Just like, say, kosher or halal food, producers that want to be known as "GMO free" can get rewiewed by a private certification body that then grants them the right (for a fee) to put their "GMO free" symbol on their product. That would take care of customers' concerns.

The only reason to go to government labelling would be if GMOs had a safety issues associated with them so that their presence or absence was a public health issue... but it's not.

So let the market meet the need. If there's enough demand there, then the niche will be filled. It just that you won't have people who are fine with GMOs helping to foot the bill.
 

Revoltingest

Pragmatic Libertarian
Premium Member
... IOW, fuel the fear-mongering.

I saw a cartoon recently (that I can't find now, unfortunately) that went like this:

Now: "why wouldn't they label GMO food? They must have something to hide!"
Later: "It MUST be dangerous if they have to label it!"

Opposition to GMOs has nothing to do with actual food safety. It's just a customer preference, and it can be dealt with the way that other preferences are dealt with: through voluntary, non-governmental standards.

Just like, say, kosher or halal food, producers that want to be known as "GMO free" can get rewiewed by a private certification body that then grants them the right (for a fee) to put their "GMO free" symbol on their product. That would take care of customers' concerns.

The only reason to go to government labelling would be if GMOs had a safety issues associated with them so that their presence or absence was a public health issue... but it's not.

So let the market meet the need. If there's enough demand there, then the niche will be filled.
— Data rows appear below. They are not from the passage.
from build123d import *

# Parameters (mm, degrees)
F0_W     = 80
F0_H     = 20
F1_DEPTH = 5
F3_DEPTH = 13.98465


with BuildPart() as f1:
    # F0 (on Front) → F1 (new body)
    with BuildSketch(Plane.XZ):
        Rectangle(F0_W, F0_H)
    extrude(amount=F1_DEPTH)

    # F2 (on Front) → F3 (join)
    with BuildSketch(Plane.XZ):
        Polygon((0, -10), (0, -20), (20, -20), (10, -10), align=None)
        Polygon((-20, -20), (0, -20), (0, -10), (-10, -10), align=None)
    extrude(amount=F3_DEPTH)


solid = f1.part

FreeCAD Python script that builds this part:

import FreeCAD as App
import Part
import Sketcher


def add_polygon(sketch, points):
    """Adds a closed chain of lines whose ends are joined by coincident constraints."""
    first, n = sketch.GeometryCount, len(points)
    for a, b in zip(points, points[1:] + points[:1]):
        sketch.addGeometry(Part.LineSegment(App.Vector(*a, 0), App.Vector(*b, 0)), False)
    for i in range(n):
        sketch.addConstraint(Sketcher.Constraint("Coincident", first + i, 2, first + (i + 1) % n, 1))

doc = App.newDocument("Part")
params = doc.addObject("Spreadsheet::Sheet", "Params")
for row, (alias, value) in enumerate([
    ("sketch1_width", "80 mm"),
    ("sketch1_height", "20 mm"),
    ("pad1_length", "5 mm"),
    ("sketch2_width", "20 mm"),
    ("sketch2_width2", "40 mm"),
    ("pad2_length", "13.98465 mm"),
], start=1):
    params.set(f"A{row}", alias)
    params.set(f"B{row}", "=" + value)
    params.setAlias(f"B{row}", alias)

body = doc.addObject("PartDesign::Body", "Body")

# Sketch on XZ plane
sketch1 = doc.addObject("Sketcher::SketchObject", "Sketch")
body.addObject(sketch1)
sketch1.AttachmentSupport = (doc.XZ_Plane, [""])
sketch1.MapMode = "FlatFace"
add_polygon(sketch1, [(-40, 10), (-40, -10), (40, -10), (40, 10)])  # lines 0-3
sketch1.addConstraint([
    Sketcher.Constraint("Vertical", 0),
    Sketcher.Constraint("Horizontal", 1),
    Sketcher.Constraint("Vertical", 2),
    Sketcher.Constraint("Horizontal", 3),
    Sketcher.Constraint("Symmetric", 0, 2, 2, 2, -1, 1),
    Sketcher.Constraint("DistanceX", 1, 1, 1, 2, 80.0),
    Sketcher.Constraint("DistanceY", 0, 2, 0, 1, 20.0),
])
sketch1.setExpression("Constraints[9]", "Params.sketch1_width")
sketch1.setExpression("Constraints[10]", "Params.sketch1_height")
pad1 = doc.addObject("PartDesign::Pad", "Pad")
body.addObject(pad1)
pad1.Profile = sketch1
pad1.setExpression("Length", "Params.pad1_length")

# Sketch on XZ plane
sketch2 = doc.addObject("Sketcher::SketchObject", "Sketch001")
body.addObject(sketch2)
sketch2.AttachmentSupport = (doc.XZ_Plane, [""])
sketch2.MapMode = "FlatFace"
add_polygon(sketch2, [(20, -20), (10, -10), (-10, -10), (-20, -20)])  # lines 0-3
sketch2.addConstraint([
    Sketcher.Constraint("Horizontal", 1),
    Sketcher.Constraint("Horizontal", 3),
    Sketcher.Constraint("Perpendicular", 0, 2),
    Sketcher.Constraint("Equal", 0, 2),
    Sketcher.Constraint("DistanceX", 1, 2, 1, 1, 20.0),
    Sketcher.Constraint("DistanceX", 3, 1, 3, 2, 40.0),
    Sketcher.Constraint("DistanceX", -1, 1, 0, 2, 10.0),
    Sketcher.Constraint("DistanceY", 0, 2, -1, 1, 10.0),
])
sketch2.setExpression("Constraints[8]", "Params.sketch2_width")
sketch2.setExpression("Constraints[9]", "Params.sketch2_width2")
pad2 = doc.addObject("PartDesign::Pad", "Pad001")
body.addObject(pad2)
pad2.Profile = sketch2
pad2.setExpression("Length", "Params.pad2_length")

doc.recompute()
It just that you won't have people who are fine with GMOs helping to foot the bill.
I largely agree, but there is one safety issue which immediately comes to mind.....unexpected allergic reactions.
But GMO foods have their advantages, & can reduce dangers associated with non-GMO foods.
On the whole, GMOs look worth it.
 

9-10ths_Penguin

1/10 Subway Stalinist
Premium Member
I largely agree, but there is one safety issue which immediately comes to mind.....unexpected allergic reactions.
Has this been an issue with GMO foods? I haven't heard of people being allergic to a GMO variety of a particular crop but not a non-GMO variety.
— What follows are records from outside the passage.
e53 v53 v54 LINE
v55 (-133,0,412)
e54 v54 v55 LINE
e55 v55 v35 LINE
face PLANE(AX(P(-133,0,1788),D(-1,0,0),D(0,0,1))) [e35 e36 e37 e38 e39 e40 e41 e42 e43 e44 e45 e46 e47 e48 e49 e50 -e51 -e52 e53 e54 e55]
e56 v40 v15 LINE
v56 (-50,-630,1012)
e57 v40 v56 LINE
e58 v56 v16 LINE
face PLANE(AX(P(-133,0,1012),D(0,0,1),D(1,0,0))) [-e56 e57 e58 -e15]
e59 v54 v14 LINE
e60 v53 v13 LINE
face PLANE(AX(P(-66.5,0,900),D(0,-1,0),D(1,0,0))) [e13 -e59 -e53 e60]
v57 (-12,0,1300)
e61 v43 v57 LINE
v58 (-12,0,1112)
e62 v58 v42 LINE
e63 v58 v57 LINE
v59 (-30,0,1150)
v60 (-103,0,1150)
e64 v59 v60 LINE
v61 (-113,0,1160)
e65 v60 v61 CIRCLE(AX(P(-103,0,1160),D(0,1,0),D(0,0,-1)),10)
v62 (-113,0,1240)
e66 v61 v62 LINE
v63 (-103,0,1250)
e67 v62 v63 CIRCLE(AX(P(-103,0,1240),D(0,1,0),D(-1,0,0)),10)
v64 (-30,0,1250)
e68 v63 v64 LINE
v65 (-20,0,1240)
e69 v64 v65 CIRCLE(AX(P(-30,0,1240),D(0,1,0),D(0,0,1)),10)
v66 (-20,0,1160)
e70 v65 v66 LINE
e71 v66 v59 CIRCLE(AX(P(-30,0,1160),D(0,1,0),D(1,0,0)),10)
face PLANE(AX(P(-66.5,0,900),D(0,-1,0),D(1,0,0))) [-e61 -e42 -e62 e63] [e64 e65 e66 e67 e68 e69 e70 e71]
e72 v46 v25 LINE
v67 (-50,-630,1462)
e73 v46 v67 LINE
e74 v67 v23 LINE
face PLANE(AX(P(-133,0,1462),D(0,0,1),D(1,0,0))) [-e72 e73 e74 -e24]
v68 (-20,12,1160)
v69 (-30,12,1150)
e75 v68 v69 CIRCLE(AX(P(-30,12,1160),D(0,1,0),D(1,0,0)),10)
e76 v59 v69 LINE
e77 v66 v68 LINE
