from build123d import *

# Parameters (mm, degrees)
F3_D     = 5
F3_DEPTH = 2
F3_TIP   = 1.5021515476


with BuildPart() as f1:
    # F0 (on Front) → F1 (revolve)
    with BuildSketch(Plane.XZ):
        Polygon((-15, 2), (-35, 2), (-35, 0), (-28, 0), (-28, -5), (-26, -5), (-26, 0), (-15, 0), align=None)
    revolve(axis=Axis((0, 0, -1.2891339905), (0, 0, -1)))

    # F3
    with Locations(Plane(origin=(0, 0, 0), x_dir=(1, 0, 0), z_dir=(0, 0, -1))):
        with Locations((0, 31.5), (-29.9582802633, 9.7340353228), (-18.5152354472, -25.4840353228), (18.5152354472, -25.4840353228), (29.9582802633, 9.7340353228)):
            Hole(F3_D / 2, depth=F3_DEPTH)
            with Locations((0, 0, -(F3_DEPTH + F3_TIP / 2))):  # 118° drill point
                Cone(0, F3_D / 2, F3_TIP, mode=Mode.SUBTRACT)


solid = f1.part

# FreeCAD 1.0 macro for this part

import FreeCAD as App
import Part
import Sketcher
from FreeCAD import Vector
Q = App.Units.Quantity

doc = App.newDocument("Part")
body = doc.addObject("PartDesign::Body", "Body")

sketch1 = doc.addObject("Sketcher::SketchObject", "Sketch")
body.addObject(sketch1)
sketch1.AttachmentSupport = (doc.XZ_Plane, [""])
sketch1.MapMode = "FlatFace"
sketch1.addGeometry([
    Part.LineSegment(Vector(-15, 2, 0), Vector(-35, 2, 0)),
    Part.LineSegment(Vector(-35, 2, 0), Vector(-35, 0, 0)),
    Part.LineSegment(Vector(-35, 0, 0), Vector(-28, 0, 0)),
    Part.LineSegment(Vector(-28, 0, 0), Vector(-28, -5, 0)),
    Part.LineSegment(Vector(-28, -5, 0), Vector(-26, -5, 0)),
    Part.LineSegment(Vector(-26, -5, 0), Vector(-26, 0, 0)),
    Part.LineSegment(Vector(-26, 0, 0), Vector(-15, 0, 0)),
    Part.LineSegment(Vector(-15, 0, 0), Vector(-15, 2, 0)),
], False)
sketch1.addConstraint([
    Sketcher.Constraint("Coincident", 0, 2, 1, 1),
    Sketcher.Constraint("Coincident", 1, 2, 2, 1),
    Sketcher.Constraint("Coincident", 2, 2, 3, 1),
    Sketcher.Constraint("Coincident", 3, 2, 4, 1),
    Sketcher.Constraint("Coincident", 4, 2, 5, 1),
    Sketcher.Constraint("Coincident", 5, 2, 6, 1),
    Sketcher.Constraint("Coincident", 6, 2, 7, 1),
    Sketcher.Constraint("Coincident", 7, 2, 0, 1),
    Sketcher.Constraint("Horizontal", 0),
    Sketcher.Constraint("Vertical", 1),
    Sketcher.Constraint("Horizontal", 2),
    Sketcher.Constraint("Vertical", 3),
    Sketcher.Constraint("Horizontal", 4),
    Sketcher.Constraint("Vertical", 5),
    Sketcher.Constraint("Horizontal", 6),
    Sketcher.Constraint("Vertical", 7),
    Sketcher.Constraint("PointOnObject", 1, 2, -1),
    Sketcher.Constraint("PointOnObject", 5, 2, -1),
    Sketcher.Constraint("Equal", 4, 1),
    Sketcher.Constraint("DistanceX", 0, 2, 0, 1, Q("20 mm")),
    Sketcher.Constraint("DistanceX", 2, 1, 2, 2, Q("7 mm")),
    Sketcher.Constraint("DistanceX", 4, 1, 4, 2, Q("2 mm")),
    Sketcher.Constraint("DistanceY", 3, 2, 3, 1, Q("5 mm")),
    Sketcher.Constraint("DistanceX", 0, 2, -1, 1, Q("35 mm")),
])
revolution = doc.addObject("PartDesign::Revolution", "Revolution")
body.addObject(revolution)
revolution.Profile = sketch1
revolution.ReferenceAxis = (sketch1, ["V_Axis"])
revolution.Angle = 360

sketch2 = doc.addObject("Sketcher::SketchObject", "Sketch001")
body.addObject(sketch2)
sketch2.AttachmentSupport = (doc.XY_Plane, [""])
sketch2.MapMode = "FlatFace"
sketch2.addGeometry([
    Part.Circle(Vector(0, -31.5, 0), Vector(0, 0, 1), 2.5),
    Part.Circle(Vector(-30, -9.7, 0), Vector(0, 0, 1), 2.5),
    Part.Circle(Vector(-18.5, 25.5, 0), Vector(0, 0, 1), 2.5),
    Part.Circle(Vector(18.5, 25.5, 0), Vector(0, 0, 1), 2.5),
    Part.Circle(Vector(30, -9.7, 0), Vector(0, 0, 1), 2.5),
], False)
sketch2.addConstraint([
    Sketcher.Constraint("Equal", 0, 1),
    Sketcher.Constraint("Equal", 1, 2),
    Sketcher.Constraint("Equal", 2, 3),
    Sketcher.Constraint("Equal", 3, 4),
    Sketcher.Constraint("Symmetric", 2, 3, 3, 3, -2),
    Sketcher.Constraint("Symmetric", 1, 3, 4, 3, -2),
    Sketcher.Constraint("PointOnObject", 0, 3, -2),
    Sketcher.Constraint("Diameter", 0, Q("5 mm")),
    Sketcher.Constraint("DistanceY", 0, 3, -1, 1, Q("31.5 mm")),
    Sketcher.Constraint("DistanceX", 1, 3, -1, 1, Q("29.95828 mm")),
    Sketcher.Constraint("DistanceY", 1, 3, 2, 3, Q("35.218071 mm")),
    Sketcher.Constraint("DistanceX", 2, 3, 3, 3, Q("37.030471 mm")),
    Sketcher.Constraint("DistanceY", 1, 3, -1, 1, Q("9.734035 mm")),
])
doc.recompute()
hole = doc.addObject("PartDesign::Hole", "Hole")
body.addObject(hole)
hole.Profile = sketch2
hole.ThreadType = "None"
hole.Diameter = 5
hole.DepthType = "Dimension"
hole.Depth = 2
hole.DrillPoint = "Angled"
hole.DrillPointAngle = 118
hole.Reversed = True

doc.recompute()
Even if it is a legitimate concern, I'd say that allowing food producers to use vague ingredient names like "natural flavour" is higher up the priority list than GMO labelling.
 

Revoltingest

Pragmatic Libertarian
Premium Member
Has this been an issue with GMO foods? I haven't heard of people being allergic to a GMO variety of a particular crop but not a non-GMO variety.

Even if it is a legitimate concern, I'd say that allowing food producers to use vague ingredient names like "natural flavour" is higher up the priority list than GMO labelling.
I don't recall an incident.
 

Monk Of Reason

༼ つ ◕_◕ ༽つ
I don't recall an incident.
GMO doesn't usually cause allergies unless you were already allergic to the plant. What one should probably be far more concerned about is the pesticides used on the plants rather than what genetic modifications have been made. I think that there is some strange misconception (not you personally but in general) with people that are anti-GMO they think of a picture of people in hazmatt suits spraying chemicals onto the plants as if these chemicals are going to see into their DNA and "gmo them".